Welcome to SPARC Forums. Please login or sign up.

Apr 15, 2024, 11:48:19 PM

Login with username, password and session length

International custody feud has new twist

Started by Phillip, Dec 08, 2003, 10:35:15 AM

Previous topic - Next topic

Phillip

Courtesy of the Atlanta Journel Constitution (AJC.com)
Mom who fled to Caymans with kids will get them back after school breaks
Mark Davis - Staff
Wednesday, December 3, 2003

The former Gwinnett school teacher who three years ago fled to the Cayman Islands with her children, only to lose them to their father earlier this year when authorities returned her to the United States, got them back in a Fulton court Tuesday.

Fulton County Superior Court Judge John J. Goger overturned an earlier order that had given custody of Emily and Jeffrey Taylor Weeks to their father, Jeff Weeks.

In a decision late Tuesday morning, Goger gave primary custody of the children back to Joyce Williams, 35, of Sugar Hill, claiming he had misgivings about their father's character.

Goger's ruling capped what had been an international struggle for custody of two children involving at least three custody hearings. The latest revealed that Weeks is bisexual, which he reluctantly admitted in pointed questioning.

Weeks should not have tried to hide his personal life, Goger said.

". . . [Y]ou placed a higher priority on either keeping some part of your life secret or disguising it, over just being candid and sticking your chin out and fighting for the best interest of your children," the judge told Weeks.

Emily, 9, and her brother, 8, will be returned to their mother's custody on Dec. 19, the end of the youngsters' academic semester, Goger said. Until then, he said, they are to remain with their father, who will pay $1,145 a month in child support after their return to their mother.

The decision delighted Williams, who burst out in tears when Goger made his announcement.

"We had a judge who was willing to sit and listen to what is the truth and what is not," she said. "I'm relieved. I'm ready to be a mom."

She has earned the right to have custody of the two, said David Baum, her lawyer.

"She's a great mother," he said.

A Norcross attorney, Baum compromised Weeks' credibility with the testimony of two people --- one a computer expert, the other a mother of a gay man.

The computer expert, hired to check Weeks' computer for evidence of pornography, testified that the machine's hard drive had been erased a day before his probe. The expert also testified that he found evidence Weeks had been active on manhunt.net, a gay Web site.

A second witness told the court that her son, who is gay, had told her he had lived with Weeks during 1999 and 2000.

"This was a case that went to credibility," Baum said.

The ruling left Alan Mullinax, Weeks' lawyer, searching for words.

"I am absolutely floored by the decision," said Mullinax, of Stone Mountain. Mullinax said he would apply to the state Supreme Court to review the case.

The judge's decision is the latest twist in a case that dates to October 2000, when Williams, her husband, Patrick Williams, and the children abandoned their Dacula home and vanished. Two days earlier, a Gwinnett judge had ordered the mother to adhere to a custody and visitation agreement she had with Weeks, her former husband.

For more than two years, Weeks had no idea where his children had gone. Then in March, Gwinnett officials told him his ex-wife and children had surfaced in the Cayman Islands, a British crown colony more than 1,000 miles away in the Caribbean.

The Williamses, he learned, were working at a George Town church --- she as a teacher, he as a music minister. A Cayman parishioner who plugged their names into the Internet search engine Google discovered that the two were wanted in Gwinnett County.

Later that month, Cayman officials sent the Williamses back, where each faced criminal charges stemming from their flight from the United States. In June, a Gwinnett judge awarded custody to Weeks, giving Williams limited and supervised visitation rights.
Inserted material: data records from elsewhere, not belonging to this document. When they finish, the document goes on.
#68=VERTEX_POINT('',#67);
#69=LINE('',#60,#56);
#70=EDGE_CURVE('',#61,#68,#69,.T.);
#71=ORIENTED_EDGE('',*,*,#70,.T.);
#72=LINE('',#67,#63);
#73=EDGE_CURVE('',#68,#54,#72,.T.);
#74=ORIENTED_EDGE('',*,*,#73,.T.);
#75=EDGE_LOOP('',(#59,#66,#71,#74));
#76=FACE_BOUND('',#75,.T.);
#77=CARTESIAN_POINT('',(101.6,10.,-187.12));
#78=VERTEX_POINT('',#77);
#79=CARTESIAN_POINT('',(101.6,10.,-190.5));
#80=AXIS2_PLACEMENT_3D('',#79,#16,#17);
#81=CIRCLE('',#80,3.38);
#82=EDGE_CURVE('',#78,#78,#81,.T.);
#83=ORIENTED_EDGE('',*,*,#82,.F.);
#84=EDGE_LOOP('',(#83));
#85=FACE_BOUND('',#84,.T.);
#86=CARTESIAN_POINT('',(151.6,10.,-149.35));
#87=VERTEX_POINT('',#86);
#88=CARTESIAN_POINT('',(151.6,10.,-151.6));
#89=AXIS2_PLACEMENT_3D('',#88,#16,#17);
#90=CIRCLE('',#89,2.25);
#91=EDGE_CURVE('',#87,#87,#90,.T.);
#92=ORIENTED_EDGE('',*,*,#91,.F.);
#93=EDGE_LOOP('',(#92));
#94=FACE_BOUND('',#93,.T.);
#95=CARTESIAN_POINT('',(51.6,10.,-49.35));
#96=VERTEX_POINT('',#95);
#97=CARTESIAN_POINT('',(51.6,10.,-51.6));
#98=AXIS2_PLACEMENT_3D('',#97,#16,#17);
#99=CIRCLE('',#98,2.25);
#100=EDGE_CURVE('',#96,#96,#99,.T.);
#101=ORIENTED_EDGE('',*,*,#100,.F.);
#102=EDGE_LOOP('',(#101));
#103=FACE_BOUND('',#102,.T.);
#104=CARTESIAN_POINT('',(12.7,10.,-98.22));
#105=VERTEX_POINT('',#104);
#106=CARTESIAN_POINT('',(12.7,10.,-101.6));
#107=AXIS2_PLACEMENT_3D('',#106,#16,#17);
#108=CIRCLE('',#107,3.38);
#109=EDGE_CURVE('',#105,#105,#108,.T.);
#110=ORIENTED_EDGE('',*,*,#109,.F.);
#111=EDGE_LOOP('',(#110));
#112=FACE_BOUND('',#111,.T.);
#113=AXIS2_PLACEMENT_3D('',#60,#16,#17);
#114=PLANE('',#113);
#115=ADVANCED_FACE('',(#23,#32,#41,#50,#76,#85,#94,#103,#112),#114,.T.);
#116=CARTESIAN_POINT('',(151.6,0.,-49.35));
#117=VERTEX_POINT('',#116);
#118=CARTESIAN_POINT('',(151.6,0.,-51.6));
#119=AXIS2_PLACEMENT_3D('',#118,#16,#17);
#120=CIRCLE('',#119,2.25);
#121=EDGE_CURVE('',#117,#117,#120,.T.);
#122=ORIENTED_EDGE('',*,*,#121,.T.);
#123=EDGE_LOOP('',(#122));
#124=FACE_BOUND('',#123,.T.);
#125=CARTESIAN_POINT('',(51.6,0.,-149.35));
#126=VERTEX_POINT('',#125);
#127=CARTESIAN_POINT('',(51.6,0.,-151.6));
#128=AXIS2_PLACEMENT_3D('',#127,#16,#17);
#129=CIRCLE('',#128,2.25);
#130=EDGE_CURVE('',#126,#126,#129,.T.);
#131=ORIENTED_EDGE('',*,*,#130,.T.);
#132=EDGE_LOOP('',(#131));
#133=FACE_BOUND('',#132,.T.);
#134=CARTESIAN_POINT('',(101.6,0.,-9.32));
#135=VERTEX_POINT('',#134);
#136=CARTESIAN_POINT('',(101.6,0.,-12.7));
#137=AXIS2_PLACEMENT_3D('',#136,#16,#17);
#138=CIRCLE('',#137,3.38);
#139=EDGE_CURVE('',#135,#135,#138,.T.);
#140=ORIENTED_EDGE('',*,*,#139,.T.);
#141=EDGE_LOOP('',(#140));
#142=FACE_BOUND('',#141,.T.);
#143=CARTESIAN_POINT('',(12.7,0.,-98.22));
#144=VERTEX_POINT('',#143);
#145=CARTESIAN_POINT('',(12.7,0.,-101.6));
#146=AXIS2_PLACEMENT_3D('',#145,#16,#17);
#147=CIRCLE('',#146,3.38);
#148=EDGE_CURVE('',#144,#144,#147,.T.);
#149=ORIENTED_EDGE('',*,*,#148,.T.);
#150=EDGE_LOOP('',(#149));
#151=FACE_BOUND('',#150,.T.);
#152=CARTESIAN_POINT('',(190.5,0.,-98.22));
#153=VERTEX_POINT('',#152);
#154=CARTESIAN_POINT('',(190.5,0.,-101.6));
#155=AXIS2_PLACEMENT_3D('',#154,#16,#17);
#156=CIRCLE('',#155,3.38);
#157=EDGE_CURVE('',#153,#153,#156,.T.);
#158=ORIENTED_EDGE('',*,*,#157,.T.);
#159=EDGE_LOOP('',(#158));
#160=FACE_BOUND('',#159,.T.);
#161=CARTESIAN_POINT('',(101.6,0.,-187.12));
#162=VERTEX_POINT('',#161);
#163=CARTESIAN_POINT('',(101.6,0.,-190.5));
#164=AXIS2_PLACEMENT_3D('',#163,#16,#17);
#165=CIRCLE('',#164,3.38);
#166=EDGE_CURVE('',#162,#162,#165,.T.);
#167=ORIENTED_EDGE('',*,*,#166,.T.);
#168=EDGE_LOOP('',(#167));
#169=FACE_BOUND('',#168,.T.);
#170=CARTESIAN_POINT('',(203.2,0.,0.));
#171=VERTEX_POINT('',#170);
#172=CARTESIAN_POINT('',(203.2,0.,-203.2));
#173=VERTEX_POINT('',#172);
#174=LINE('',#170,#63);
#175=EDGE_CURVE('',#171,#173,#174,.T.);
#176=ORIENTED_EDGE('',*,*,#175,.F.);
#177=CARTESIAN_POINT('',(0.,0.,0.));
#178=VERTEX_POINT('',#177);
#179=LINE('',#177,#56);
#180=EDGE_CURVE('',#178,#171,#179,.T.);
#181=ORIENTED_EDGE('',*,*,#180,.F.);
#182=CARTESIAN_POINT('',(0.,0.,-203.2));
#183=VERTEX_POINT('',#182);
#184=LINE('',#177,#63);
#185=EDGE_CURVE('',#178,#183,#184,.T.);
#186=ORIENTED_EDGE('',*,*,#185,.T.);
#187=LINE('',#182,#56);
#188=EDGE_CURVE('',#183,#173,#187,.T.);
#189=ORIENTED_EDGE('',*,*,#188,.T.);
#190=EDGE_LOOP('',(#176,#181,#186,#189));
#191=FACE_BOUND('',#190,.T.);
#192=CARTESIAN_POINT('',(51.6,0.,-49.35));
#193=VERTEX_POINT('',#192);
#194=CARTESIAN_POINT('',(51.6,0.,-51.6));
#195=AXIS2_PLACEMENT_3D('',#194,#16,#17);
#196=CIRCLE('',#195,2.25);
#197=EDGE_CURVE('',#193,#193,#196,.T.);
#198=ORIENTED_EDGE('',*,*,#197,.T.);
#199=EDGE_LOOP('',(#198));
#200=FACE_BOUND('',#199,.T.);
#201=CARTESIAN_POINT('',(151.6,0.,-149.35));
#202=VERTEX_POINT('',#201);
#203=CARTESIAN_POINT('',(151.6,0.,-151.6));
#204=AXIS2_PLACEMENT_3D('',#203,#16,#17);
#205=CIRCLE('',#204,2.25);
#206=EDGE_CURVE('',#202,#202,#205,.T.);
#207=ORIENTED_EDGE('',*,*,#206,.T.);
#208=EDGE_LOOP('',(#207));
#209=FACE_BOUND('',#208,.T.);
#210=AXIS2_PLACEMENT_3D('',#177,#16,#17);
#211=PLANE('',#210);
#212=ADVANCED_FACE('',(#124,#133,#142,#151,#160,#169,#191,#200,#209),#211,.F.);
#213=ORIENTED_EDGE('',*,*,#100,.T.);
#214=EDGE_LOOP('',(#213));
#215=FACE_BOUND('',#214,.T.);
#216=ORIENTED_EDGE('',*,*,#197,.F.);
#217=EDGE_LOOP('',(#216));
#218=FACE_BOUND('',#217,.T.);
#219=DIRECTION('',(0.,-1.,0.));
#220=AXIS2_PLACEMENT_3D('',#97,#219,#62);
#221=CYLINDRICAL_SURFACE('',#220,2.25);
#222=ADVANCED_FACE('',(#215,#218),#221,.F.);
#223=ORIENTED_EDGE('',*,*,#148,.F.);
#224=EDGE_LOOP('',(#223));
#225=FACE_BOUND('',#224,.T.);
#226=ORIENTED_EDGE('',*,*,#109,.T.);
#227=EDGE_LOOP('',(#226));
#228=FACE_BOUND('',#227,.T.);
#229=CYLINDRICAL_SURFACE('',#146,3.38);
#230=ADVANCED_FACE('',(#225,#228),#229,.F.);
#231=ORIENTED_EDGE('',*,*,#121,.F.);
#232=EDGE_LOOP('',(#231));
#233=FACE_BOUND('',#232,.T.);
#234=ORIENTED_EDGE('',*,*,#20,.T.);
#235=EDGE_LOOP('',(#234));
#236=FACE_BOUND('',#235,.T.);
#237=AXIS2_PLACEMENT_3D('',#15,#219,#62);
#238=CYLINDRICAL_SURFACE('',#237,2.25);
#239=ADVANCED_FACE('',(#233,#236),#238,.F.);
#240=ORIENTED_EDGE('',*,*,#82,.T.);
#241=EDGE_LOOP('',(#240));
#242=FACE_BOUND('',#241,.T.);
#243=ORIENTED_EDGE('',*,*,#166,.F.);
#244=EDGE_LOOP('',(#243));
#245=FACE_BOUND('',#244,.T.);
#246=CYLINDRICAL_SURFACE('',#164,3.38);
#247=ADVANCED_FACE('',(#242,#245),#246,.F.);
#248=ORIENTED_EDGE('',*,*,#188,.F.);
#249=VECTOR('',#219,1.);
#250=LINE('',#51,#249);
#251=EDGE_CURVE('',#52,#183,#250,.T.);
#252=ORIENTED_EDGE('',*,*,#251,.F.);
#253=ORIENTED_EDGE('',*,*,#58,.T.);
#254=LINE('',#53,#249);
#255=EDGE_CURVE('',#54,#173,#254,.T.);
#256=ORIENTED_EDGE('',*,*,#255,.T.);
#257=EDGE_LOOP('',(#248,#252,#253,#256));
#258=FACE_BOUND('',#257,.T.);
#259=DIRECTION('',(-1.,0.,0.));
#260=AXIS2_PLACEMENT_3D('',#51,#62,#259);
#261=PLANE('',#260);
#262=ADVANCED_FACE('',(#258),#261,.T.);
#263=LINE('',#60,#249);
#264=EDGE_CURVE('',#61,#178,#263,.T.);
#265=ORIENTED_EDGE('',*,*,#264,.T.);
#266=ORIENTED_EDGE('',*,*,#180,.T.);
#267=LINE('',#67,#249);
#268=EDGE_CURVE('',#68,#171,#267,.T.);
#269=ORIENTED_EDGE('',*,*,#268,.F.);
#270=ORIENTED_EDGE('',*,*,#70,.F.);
Williams still faces criminal charges for that flight from the United States --- something Williams said she'd never do again.

"We're not going anywhere," she said. "The next time we go to the islands, it'll be for vacation."
**********************************************************

I guess being gay is worse than being a kidnapper.

Indigo Mom

Being gay makes you less credible than a kidnapper.